Skin slip alone kills most naïve position models. Add sweat, micro posture changes, muscle bulging, clothing drift, and time-on-body effects, and suddenly your “joint angle” is an inference problem, not a measurement. This is why lab demos look great for 10 minutes and then quietly fall apart after a few hours of real wear. The signal didn’t get worse — the mapping did.
That’s why I agree with your question: in many cases, movement patterns are the more honest target. Humans are remarkably consistent in how they move, even when absolute positions are noisy. Gait cycles, repetition timing, coordination between segments, transitions between states — these survive sensor drift far better than absolute pose. A slightly wrong angle every time is often more useful than a “precise” angle that changes its meaning over time.
You can see this shift already in products that actually ship. They care less about “your knee was at 37.2°” and more about “this movement deviates from your baseline” or “this pattern correlates with fatigue / instability / injury risk.” That’s not a failure of sensing — it’s a reframing of what the sensor is for. Position becomes an intermediate feature, not the output.
So yeah, I think we are trying too hard to extract exact position from systems that fundamentally don’t support it.

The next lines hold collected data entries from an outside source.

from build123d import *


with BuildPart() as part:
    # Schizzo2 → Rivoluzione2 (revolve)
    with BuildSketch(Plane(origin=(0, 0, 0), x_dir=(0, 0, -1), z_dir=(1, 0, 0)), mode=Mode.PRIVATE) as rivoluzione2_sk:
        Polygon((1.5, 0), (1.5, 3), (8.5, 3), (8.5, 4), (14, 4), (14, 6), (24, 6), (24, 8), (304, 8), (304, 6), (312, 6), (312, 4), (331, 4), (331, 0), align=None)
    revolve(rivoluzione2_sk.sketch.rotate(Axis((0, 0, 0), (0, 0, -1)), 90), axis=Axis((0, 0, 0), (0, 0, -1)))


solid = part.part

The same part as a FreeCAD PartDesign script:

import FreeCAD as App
import Part
import Sketcher
from FreeCAD import Vector

doc = App.newDocument("Part")
params = doc.addObject("Spreadsheet::Sheet", "Params")
for row, (alias, value) in enumerate([
    ("sketch1_width", "3 mm"),
    ("sketch1_width2", "4 mm"),
    ("sketch1_width3", "2 mm"),
    ("sketch1_height", "19 mm"),
    ("sketch1_height2", "8 mm"),
    ("revolution_angle", "360 deg"),
], start=1):
    params.set(f"A{row}", alias)
    params.set(f"B{row}", "=" + value)
    params.setAlias(f"B{row}", alias)

body = doc.addObject("PartDesign::Body", "Body")

sketch1 = body.newObject("Sketcher::SketchObject", "Sketch")
sketch1.AttachmentSupport = (doc.getObject("YZ_Plane"), [""])
sketch1.MapMode = "FlatFace"
sketch1.addGeometry(Part.LineSegment(Vector(3, -1.5, 0), Vector(0, -1.5, 0)), False)
sketch1.addGeometry(Part.LineSegment(Vector(0, -1.5, 0), Vector(0, -331, 0)), False)
sketch1.addGeometry(Part.LineSegment(Vector(0, -331, 0), Vector(4, -331, 0)), False)
sketch1.addGeometry(Part.LineSegment(Vector(4, -331, 0), Vector(4, -312, 0)), False)
sketch1.addGeometry(Part.LineSegment(Vector(4, -312, 0), Vector(6, -312, 0)), False)
sketch1.addGeometry(Part.LineSegment(Vector(6, -312, 0), Vector(6, -304, 0)), False)
sketch1.addGeometry(Part.LineSegment(Vector(6, -304, 0), Vector(8, -304, 0)), False)
sketch1.addGeometry(Part.LineSegment(Vector(8, -304, 0), Vector(8, -24, 0)), False)
sketch1.addGeometry(Part.LineSegment(Vector(8, -24, 0), Vector(6, -24, 0)), False)
sketch1.addGeometry(Part.LineSegment(Vector(6, -24, 0), Vector(6, -14, 0)), False)
sketch1.addGeometry(Part.LineSegment(Vector(6, -14, 0), Vector(4, -14, 0)), False)
sketch1.addGeometry(Part.LineSegment(Vector(4, -14, 0), Vector(4, -8.5, 0)), False)
sketch1.addGeometry(Part.LineSegment(Vector(4, -8.5, 0), Vector(3, -8.5, 0)), False)
sketch1.addGeometry(Part.LineSegment(Vector(3, -8.5, 0), Vector(3, -1.5, 0)), False)
sketch1.addConstraint(Sketcher.Constraint("Coincident", 0, 2, 1, 1))
sketch1.addConstraint(Sketcher.Constraint("Coincident", 1, 2, 2, 1))
sketch1.addConstraint(Sketcher.Constraint("Coincident", 2, 2, 3, 1))
sketch1.addConstraint(Sketcher.Constraint("Coincident", 3, 2, 4, 1))
sketch1.addConstraint(Sketcher.Constraint("Coincident", 4, 2, 5, 1))
sketch1.addConstraint(Sketcher.Constraint("Coincident", 5, 2, 6, 1))
sketch1.addConstraint(Sketcher.Constraint("Coincident", 6, 2, 7, 1))
sketch1.addConstraint(Sketcher.Constraint("Coincident", 7, 2, 8, 1))
sketch1.addConstraint(Sketcher.Constraint("Coincident", 8, 2, 9, 1))
sketch1.addConstraint(Sketcher.Constraint("Coincident", 9, 2, 10, 1))
sketch1.addConstraint(Sketcher.Constraint("Coincident", 10, 2, 11, 1))
sketch1.addConstraint(Sketcher.Constraint("Coincident", 11, 2, 12, 1))
sketch1.addConstraint(Sketcher.Constraint("Coincident", 12, 2, 13, 1))
sketch1.addConstraint(Sketcher.Constraint("Coincident", 13, 2, 0, 1))
sketch1.addConstraint(Sketcher.Constraint("Horizontal", 0))
sketch1.addConstraint(Sketcher.Constraint("Vertical", 1))
sketch1.addConstraint(Sketcher.Constraint("Horizontal", 2))
sketch1.addConstraint(Sketcher.Constraint("Vertical", 3))
sketch1.addConstraint(Sketcher.Constraint("Horizontal", 4))
sketch1.addConstraint(Sketcher.Constraint("Vertical", 5))
sketch1.addConstraint(Sketcher.Constraint("Horizontal", 6))
sketch1.addConstraint(Sketcher.Constraint("Vertical", 7))
sketch1.addConstraint(Sketcher.Constraint("Horizontal", 8))
sketch1.addConstraint(Sketcher.Constraint("Vertical", 9))
sketch1.addConstraint(Sketcher.Constraint("Horizontal", 10))
sketch1.addConstraint(Sketcher.Constraint("Vertical", 11))
sketch1.addConstraint(Sketcher.Constraint("Horizontal", 12))
sketch1.addConstraint(Sketcher.Constraint("Vertical", 13))
sketch1.addConstraint(Sketcher.Constraint("PointOnObject", 0, 2, -2))
sketch1.addConstraint(Sketcher.Constraint("Vertical", 5, 2, 8, 2))
sketch1.addConstraint(Sketcher.Constraint("Vertical", 3, 2, 10, 2))
sketch1.addConstraint(Sketcher.Constraint("Equal", 4, 6))
sketch1.addConstraint(Sketcher.Constraint("DistanceX", 0, 2, 0, 1, 3.0))
sketch1.addConstraint(Sketcher.Constraint("DistanceX", 2, 1, 2, 2, 4.0))
sketch1.addConstraint(Sketcher.Constraint("DistanceX", 4, 1, 4, 2, 2.0))
sketch1.addConstraint(Sketcher.Constraint("DistanceY", 3, 1, 3, 2, 19.0))
sketch1.addConstraint(Sketcher.Constraint("DistanceY", 5, 1, 5, 2, 8.0))
sketch1.addConstraint(Sketcher.Constraint("DistanceY", 7, 1, 7, 2, 280.0))
sketch1.addConstraint(Sketcher.Constraint("DistanceY", 9, 1, 9, 2, 10.0))
sketch1.addConstraint(Sketcher.Constraint("DistanceY", 13, 1, 13, 2, 7.0))
sketch1.addConstraint(Sketcher.Constraint("DistanceY", 1, 2, 1, 1, 329.5))
sketch1.addConstraint(Sketcher.Constraint("DistanceY", 1, 2, -1, 1, 331.0))
sketch1.setExpression("Constraints[32]", "Params.sketch1_width")
sketch1.setExpression("Constraints[33]", "Params.sketch1_width2")
sketch1.setExpression("Constraints[34]", "Params.sketch1_width3")
sketch1.setExpression("Constraints[35]", "Params.sketch1_height")
sketch1.setExpression("Constraints[36]", "Params.sketch1_height2")
revolution = body.newObject("PartDesign::Revolution", "Revolution")
revolution.Profile = sketch1
revolution.ReferenceAxis = (sketch1, ["V_Axis"])
revolution.setExpression("Angle", "Params.revolution_angle")

doc.recompute()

The interesting work isn’t in squeezing another decimal place out of joint angles — it’s in deciding which aspects of motion are invariant enough to be worth modeling in the first place. Anyone who’s built this IRL learns that lesson pretty fast, usually the hard way.
This really clicked for me. Curious though — if exact position is kind of a dead end on the body, where do you personally draw the line? Like, do you still think position sensors are useful at all, or should we just stop pretending we can get “joint angles” from wearables and move on entirely?
I wouldn’t throw them out completely. I think the mistake is treating position as truth instead of context. Position signals are still useful as inputs — they just shouldn’t be the final thing we present or optimize for. The moment you accept that “this angle is an estimate that will drift,” you stop fighting physics and start designing around it. In practice, position works best when it’s anchored to patterns, baselines, or short time windows, not absolute values you expect to hold all day.
That makes sense. Do you think this is more a hardware limitation or a mindset problem? Like, if sensors get better, does this go away — or is the human body just fundamentally the wrong interface for precise position?
Honestly, mostly a mindset problem. Better sensors help at the margins, but they don’t fix skin being skin. Even perfect sensors still sit on a deforming, moving surface. I think the real unlock is accepting that wearables are closer to behavioral sensing than mechanical measurement. Once teams design for “detect change, trend, deviation” instead of “reconstruct geometry,” things suddenly start working — and shipping.